WHAT TO PRODUCE:
Reproduce verbatim the lines of the material below, starting at the line with "f 352 353 164" and ending at the line with "f 257 384 287", both inclusive; skip the rest.
=-=-=
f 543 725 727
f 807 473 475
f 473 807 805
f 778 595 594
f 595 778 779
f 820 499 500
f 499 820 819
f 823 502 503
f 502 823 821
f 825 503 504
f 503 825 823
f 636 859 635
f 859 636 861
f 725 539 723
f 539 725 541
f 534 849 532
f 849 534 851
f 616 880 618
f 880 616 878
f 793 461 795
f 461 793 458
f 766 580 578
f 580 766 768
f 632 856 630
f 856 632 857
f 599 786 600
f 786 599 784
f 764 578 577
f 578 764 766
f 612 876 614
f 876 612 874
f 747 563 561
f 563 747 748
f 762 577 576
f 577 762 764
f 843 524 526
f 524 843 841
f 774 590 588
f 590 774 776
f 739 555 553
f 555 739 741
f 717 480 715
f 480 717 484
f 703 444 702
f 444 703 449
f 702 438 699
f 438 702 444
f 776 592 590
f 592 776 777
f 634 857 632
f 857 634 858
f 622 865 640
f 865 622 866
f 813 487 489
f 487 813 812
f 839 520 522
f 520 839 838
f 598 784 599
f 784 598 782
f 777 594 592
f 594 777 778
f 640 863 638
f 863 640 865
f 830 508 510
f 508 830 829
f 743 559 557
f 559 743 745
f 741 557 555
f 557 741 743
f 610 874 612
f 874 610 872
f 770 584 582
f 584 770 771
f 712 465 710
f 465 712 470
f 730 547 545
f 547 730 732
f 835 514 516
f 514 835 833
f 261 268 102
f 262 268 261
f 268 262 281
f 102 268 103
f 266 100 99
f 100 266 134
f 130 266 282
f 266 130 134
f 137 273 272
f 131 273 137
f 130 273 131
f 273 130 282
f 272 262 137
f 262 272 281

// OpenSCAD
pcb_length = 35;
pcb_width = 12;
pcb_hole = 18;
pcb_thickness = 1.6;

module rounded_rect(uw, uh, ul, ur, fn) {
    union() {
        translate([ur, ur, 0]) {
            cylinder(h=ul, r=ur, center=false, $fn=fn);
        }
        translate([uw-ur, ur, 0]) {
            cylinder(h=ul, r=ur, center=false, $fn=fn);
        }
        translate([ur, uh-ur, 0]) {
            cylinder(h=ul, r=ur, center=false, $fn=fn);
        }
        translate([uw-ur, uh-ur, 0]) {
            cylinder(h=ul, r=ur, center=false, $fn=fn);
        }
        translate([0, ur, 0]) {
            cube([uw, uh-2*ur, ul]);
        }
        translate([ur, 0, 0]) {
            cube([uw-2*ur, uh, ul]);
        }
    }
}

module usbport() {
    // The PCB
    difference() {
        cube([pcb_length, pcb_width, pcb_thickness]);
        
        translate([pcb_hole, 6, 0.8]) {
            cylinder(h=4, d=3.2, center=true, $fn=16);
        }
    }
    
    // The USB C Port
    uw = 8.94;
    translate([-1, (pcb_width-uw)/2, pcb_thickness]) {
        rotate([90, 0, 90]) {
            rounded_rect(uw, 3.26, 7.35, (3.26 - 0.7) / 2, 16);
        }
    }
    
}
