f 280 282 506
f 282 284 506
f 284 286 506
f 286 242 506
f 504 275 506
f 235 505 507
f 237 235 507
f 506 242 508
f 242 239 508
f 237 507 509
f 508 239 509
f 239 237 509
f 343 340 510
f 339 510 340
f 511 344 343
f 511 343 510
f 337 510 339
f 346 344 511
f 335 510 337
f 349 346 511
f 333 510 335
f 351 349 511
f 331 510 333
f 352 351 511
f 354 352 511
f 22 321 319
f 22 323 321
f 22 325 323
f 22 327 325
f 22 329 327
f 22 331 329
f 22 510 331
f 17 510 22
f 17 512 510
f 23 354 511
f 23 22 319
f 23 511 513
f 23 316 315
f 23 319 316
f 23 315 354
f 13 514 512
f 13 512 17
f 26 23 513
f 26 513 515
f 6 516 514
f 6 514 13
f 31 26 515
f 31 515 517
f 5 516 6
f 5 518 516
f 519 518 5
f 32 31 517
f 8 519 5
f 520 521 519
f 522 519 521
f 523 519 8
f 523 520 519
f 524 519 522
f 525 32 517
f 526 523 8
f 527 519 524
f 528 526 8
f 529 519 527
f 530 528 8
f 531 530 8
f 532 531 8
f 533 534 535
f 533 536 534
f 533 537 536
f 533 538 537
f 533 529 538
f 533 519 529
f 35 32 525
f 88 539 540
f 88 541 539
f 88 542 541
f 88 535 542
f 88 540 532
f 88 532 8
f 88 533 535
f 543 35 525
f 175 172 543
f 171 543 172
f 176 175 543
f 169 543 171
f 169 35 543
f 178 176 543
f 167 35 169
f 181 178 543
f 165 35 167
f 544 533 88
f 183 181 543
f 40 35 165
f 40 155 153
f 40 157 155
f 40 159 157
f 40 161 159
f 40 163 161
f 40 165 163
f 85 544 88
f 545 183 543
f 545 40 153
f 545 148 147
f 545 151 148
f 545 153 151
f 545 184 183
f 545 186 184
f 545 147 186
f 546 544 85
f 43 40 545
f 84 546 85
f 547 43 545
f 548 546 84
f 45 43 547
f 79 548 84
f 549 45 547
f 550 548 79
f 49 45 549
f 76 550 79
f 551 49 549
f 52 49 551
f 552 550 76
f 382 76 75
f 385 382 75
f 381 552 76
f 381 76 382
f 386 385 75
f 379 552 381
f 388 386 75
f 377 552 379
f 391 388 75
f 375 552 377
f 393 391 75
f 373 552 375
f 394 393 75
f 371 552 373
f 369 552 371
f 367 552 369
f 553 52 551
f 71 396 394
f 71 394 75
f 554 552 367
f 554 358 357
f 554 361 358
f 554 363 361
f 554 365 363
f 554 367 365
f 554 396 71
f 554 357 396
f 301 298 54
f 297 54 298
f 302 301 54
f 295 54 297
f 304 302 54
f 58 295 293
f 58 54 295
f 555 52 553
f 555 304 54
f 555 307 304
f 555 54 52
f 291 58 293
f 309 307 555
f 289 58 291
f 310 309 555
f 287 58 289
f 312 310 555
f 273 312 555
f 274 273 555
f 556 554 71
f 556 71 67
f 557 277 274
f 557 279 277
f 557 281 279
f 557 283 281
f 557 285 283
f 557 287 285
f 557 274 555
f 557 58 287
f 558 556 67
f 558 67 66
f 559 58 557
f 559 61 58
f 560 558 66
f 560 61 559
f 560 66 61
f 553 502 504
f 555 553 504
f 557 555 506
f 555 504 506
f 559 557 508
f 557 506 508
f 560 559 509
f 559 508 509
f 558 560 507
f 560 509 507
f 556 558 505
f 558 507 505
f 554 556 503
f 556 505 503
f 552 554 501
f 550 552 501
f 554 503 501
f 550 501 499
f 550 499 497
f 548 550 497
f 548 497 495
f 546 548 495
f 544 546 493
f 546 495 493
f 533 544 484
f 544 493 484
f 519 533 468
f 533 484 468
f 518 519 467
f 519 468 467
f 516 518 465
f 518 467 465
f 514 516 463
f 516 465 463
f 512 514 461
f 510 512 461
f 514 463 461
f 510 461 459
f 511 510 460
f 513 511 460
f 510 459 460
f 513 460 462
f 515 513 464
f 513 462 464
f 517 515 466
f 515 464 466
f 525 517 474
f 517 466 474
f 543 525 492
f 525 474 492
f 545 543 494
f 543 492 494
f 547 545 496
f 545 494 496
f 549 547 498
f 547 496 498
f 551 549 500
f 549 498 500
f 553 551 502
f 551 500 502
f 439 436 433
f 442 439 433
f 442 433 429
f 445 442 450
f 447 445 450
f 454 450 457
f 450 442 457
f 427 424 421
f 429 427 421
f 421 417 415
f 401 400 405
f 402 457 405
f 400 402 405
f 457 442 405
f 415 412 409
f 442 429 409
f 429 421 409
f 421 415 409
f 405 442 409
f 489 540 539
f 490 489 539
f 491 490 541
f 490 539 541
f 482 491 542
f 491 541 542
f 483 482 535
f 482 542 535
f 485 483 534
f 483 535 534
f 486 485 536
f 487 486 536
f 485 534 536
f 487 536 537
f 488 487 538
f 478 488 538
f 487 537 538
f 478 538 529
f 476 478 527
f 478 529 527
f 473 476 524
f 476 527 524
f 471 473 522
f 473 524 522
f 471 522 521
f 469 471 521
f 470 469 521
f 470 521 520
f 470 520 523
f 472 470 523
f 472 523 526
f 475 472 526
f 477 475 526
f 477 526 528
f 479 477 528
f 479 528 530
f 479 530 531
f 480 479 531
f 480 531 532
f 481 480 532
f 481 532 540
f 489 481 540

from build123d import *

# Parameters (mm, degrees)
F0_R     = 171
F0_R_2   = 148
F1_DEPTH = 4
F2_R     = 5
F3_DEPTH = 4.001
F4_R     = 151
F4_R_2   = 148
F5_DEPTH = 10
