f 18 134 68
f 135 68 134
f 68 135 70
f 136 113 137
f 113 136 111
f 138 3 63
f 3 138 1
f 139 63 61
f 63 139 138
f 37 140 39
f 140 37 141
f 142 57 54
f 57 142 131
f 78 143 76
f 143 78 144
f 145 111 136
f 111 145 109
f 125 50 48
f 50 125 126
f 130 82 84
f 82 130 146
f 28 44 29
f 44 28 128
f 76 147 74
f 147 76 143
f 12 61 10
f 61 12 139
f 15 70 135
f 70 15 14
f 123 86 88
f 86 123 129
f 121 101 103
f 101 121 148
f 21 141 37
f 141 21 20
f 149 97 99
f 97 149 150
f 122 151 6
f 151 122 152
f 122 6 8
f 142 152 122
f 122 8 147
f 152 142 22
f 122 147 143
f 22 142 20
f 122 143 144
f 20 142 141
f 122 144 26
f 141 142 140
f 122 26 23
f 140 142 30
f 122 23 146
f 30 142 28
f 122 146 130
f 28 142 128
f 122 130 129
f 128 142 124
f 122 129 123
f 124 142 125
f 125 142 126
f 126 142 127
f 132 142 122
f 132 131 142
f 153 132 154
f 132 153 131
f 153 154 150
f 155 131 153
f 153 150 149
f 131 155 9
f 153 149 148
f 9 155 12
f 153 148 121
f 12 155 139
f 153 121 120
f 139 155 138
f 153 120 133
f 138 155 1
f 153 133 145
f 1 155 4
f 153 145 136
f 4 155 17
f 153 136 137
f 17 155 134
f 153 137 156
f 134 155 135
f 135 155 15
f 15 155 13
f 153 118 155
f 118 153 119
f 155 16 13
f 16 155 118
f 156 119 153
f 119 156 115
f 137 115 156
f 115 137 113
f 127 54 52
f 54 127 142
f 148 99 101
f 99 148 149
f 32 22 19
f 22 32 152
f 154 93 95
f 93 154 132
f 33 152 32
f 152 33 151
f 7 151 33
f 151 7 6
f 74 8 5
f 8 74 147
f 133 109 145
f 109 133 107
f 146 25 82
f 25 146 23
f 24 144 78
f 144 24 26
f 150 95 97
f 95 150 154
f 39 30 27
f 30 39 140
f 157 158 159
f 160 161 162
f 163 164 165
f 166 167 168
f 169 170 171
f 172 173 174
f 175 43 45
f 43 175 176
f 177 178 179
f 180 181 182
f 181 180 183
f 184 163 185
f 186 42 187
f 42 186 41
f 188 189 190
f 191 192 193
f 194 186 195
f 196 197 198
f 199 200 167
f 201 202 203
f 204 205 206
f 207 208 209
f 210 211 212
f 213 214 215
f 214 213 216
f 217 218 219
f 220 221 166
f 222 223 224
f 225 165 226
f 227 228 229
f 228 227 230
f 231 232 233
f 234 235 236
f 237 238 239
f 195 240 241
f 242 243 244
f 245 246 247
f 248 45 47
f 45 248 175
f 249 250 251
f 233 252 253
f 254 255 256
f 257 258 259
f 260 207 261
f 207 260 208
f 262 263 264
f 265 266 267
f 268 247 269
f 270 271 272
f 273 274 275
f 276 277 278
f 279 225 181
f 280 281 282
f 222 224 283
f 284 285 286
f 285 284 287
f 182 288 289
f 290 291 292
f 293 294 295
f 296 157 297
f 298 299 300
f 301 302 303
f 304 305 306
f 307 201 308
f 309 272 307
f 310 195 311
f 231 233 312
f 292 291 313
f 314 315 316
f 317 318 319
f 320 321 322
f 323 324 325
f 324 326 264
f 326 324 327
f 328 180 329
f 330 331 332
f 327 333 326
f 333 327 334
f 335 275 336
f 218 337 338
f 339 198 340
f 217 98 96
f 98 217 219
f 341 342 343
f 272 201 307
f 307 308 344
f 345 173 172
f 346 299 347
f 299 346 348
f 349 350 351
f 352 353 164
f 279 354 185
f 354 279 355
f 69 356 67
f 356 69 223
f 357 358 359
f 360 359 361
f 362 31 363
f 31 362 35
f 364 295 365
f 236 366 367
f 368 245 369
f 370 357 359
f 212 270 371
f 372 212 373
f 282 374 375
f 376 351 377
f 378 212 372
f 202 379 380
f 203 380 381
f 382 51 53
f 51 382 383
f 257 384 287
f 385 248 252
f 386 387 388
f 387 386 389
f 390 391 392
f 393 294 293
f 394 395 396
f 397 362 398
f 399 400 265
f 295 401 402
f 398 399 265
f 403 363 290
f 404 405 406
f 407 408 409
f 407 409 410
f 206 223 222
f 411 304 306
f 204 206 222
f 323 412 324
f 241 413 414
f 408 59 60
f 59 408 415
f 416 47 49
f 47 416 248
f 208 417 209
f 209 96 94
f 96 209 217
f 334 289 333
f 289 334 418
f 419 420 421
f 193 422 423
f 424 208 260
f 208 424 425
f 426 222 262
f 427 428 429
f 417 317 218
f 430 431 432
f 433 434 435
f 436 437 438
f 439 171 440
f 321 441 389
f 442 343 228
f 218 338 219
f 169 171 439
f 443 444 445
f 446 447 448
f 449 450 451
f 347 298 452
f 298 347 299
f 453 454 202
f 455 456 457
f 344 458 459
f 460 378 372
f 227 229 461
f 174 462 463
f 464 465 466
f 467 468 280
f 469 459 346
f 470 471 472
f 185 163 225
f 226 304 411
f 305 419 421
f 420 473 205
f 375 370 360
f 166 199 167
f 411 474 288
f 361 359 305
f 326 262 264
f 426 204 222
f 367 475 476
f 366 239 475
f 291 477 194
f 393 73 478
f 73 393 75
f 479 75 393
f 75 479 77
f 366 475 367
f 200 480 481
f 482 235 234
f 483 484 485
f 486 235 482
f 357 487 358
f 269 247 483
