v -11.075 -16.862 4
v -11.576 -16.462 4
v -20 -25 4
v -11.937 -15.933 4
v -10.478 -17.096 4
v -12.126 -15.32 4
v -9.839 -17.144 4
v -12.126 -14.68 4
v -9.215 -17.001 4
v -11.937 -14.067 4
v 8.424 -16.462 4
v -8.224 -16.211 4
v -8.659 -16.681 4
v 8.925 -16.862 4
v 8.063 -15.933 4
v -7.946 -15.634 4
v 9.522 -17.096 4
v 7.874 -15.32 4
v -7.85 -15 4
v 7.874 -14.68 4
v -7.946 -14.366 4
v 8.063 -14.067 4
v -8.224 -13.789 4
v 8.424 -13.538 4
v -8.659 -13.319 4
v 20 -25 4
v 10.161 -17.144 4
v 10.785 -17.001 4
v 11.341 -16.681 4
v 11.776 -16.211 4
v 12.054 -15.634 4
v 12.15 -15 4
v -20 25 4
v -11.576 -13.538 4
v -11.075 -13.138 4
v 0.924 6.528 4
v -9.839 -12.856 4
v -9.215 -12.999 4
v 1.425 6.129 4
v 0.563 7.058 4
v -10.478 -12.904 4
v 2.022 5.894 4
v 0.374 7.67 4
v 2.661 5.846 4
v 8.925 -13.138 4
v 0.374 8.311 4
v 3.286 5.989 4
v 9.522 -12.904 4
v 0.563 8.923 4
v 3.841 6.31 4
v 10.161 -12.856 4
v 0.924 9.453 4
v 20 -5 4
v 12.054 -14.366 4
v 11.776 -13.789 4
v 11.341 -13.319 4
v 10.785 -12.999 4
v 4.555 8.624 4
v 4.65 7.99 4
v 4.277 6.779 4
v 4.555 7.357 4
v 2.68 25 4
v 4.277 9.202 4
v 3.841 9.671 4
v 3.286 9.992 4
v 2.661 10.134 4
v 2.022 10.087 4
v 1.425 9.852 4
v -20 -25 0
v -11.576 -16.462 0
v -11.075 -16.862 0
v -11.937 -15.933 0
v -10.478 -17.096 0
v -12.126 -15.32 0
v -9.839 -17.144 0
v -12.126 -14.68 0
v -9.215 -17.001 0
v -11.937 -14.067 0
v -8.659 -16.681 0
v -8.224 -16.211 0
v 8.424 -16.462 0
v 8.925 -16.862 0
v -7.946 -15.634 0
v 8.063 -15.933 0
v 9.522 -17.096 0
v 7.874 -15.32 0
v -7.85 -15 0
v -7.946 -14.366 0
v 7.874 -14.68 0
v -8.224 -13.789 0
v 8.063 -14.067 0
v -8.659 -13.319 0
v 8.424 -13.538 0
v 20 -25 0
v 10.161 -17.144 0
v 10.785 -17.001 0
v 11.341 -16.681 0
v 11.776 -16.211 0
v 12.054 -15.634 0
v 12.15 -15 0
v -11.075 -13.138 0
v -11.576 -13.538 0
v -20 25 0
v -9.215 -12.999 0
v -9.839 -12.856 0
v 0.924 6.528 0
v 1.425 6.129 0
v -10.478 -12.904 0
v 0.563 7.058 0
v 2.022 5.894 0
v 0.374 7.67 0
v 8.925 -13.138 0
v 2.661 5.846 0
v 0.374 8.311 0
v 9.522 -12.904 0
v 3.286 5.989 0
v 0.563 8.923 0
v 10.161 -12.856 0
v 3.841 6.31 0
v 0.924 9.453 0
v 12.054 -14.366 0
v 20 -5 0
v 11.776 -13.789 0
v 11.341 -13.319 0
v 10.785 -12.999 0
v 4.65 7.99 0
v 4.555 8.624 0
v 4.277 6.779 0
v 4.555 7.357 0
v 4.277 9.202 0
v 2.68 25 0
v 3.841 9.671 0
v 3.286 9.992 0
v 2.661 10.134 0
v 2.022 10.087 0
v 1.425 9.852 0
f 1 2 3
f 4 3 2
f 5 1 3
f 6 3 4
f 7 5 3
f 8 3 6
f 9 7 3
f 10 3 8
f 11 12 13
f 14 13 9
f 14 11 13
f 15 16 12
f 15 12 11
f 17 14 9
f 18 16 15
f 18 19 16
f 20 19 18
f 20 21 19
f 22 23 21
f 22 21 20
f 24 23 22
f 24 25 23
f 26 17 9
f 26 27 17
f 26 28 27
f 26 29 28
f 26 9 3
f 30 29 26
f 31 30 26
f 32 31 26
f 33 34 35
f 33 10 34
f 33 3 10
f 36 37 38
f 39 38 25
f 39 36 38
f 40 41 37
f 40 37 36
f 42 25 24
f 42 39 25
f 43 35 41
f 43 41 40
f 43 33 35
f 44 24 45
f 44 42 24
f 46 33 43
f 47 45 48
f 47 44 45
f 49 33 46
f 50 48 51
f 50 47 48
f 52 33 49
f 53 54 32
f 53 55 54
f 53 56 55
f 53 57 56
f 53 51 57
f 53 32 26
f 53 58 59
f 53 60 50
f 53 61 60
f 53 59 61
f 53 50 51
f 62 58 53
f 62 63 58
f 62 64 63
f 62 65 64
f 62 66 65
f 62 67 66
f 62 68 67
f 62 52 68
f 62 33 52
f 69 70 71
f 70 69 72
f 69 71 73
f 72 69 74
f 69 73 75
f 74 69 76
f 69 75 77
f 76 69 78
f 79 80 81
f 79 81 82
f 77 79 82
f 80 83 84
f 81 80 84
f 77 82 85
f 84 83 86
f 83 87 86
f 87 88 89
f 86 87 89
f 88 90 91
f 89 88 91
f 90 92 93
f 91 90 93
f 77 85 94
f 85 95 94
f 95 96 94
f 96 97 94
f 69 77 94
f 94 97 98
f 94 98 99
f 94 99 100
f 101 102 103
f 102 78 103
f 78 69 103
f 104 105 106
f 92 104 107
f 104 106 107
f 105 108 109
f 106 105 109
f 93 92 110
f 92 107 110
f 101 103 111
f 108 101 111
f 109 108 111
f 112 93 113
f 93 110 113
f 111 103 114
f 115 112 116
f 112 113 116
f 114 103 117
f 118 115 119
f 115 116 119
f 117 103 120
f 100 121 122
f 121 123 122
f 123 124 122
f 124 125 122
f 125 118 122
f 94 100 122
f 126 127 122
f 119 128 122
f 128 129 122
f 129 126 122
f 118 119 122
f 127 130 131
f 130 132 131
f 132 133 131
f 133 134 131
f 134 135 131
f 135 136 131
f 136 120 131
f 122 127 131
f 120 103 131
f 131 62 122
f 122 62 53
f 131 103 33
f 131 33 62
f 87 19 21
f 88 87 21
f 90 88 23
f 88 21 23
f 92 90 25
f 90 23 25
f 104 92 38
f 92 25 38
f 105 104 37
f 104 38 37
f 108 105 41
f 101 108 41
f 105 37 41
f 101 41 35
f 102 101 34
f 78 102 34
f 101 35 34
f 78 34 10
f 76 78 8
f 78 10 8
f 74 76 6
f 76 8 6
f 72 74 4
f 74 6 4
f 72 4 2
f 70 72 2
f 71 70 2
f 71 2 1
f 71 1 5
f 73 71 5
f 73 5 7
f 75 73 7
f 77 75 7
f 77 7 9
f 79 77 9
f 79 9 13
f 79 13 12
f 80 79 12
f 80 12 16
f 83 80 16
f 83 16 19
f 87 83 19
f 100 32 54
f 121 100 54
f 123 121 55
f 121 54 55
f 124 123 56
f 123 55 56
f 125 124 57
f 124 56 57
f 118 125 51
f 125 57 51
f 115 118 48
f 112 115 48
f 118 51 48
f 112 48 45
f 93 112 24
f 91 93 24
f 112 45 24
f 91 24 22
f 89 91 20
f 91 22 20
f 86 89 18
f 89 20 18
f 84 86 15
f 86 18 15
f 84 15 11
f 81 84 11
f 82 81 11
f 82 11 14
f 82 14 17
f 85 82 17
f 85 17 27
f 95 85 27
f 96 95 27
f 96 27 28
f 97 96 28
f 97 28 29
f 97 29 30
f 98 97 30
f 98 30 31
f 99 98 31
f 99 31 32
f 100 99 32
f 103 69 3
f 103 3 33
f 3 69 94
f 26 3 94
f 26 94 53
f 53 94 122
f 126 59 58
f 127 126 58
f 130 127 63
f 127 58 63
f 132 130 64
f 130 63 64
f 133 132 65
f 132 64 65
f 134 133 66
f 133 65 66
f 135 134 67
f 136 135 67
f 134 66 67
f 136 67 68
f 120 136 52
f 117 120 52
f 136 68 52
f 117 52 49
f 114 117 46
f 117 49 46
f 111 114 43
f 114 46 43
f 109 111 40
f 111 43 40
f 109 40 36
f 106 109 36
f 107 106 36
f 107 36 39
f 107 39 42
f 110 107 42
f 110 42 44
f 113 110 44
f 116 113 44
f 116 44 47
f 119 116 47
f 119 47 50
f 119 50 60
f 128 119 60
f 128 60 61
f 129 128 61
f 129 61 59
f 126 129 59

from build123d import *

# Parameters (mm, degrees)
SKETCH1_W           = 40
SKETCH1_H           = 50
BOSS_EXTRUDE1_DEPTH = 4
CUT_EXTRUDE2_DEPTH  = 33.26453161
SKETCH4_R           = 2.15
CUT_EXTRUDE3_DEPTH  = 33.26453161
SKETCH5_R           = 2.15
CUT_EXTRUDE4_DEPTH  = 33.26453161
SKETCH8_R           = 2.15
CUT_EXTRUDE5_DEPTH  = 33.26453161


with BuildPart() as part:
    # Sketch1 → Boss-Extrude1 (new body)
    with BuildSketch(Plane.XY):
        Rectangle(SKETCH1_W, SKETCH1_H)
    extrude(amount=BOSS_EXTRUDE1_DEPTH)

    # Sketch3 → Cut-Extrude2 (cut, through all)
    with BuildSketch(Plane.XY.offset(4)):
        Polygon((2.68, 25), (20, -5), (20, 25), align=None)
    extrude(amount=-CUT_EXTRUDE2_DEPTH, mode=Mode.SUBTRACT)

    # Sketch4 → Cut-Extrude3 (cut, through all)
    with BuildSketch(Plane.XY.offset(4)):
        with Locations((2.500165004, 7.990476321)):
            Circle(SKETCH4_R)
    extrude(amount=-CUT_EXTRUDE3_DEPTH, mode=Mode.SUBTRACT)

    # Sketch5 → Cut-Extrude4 (cut, through all)
    with BuildSketch(Plane.XY.offset(4)):
        with Locations((-10, -15)):
            Circle(SKETCH5_R)
    extrude(amount=-CUT_EXTRUDE4_DEPTH, mode=Mode.SUBTRACT)

    # Sketch8 → Cut-Extrude5 (cut, through all)
    with BuildSketch(Plane.XY.offset(4)):
        with Locations((10, -15)):
            Circle(SKETCH8_R)
    extrude(amount=-CUT_EXTRUDE5_DEPTH, mode=Mode.SUBTRACT)


solid = part.part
=-=-=
RESPONSE FOR THIS EXERCISE:
f 352 353 164
f 279 354 185
f 354 279 355
f 69 356 67
f 356 69 223
f 357 358 359
f 360 359 361
f 362 31 363
f 31 362 35
f 364 295 365
f 236 366 367
f 368 245 369
f 370 357 359
f 212 270 371
f 372 212 373
f 282 374 375
f 376 351 377
f 378 212 372
f 202 379 380
f 203 380 381
f 382 51 53
f 51 382 383
f 257 384 287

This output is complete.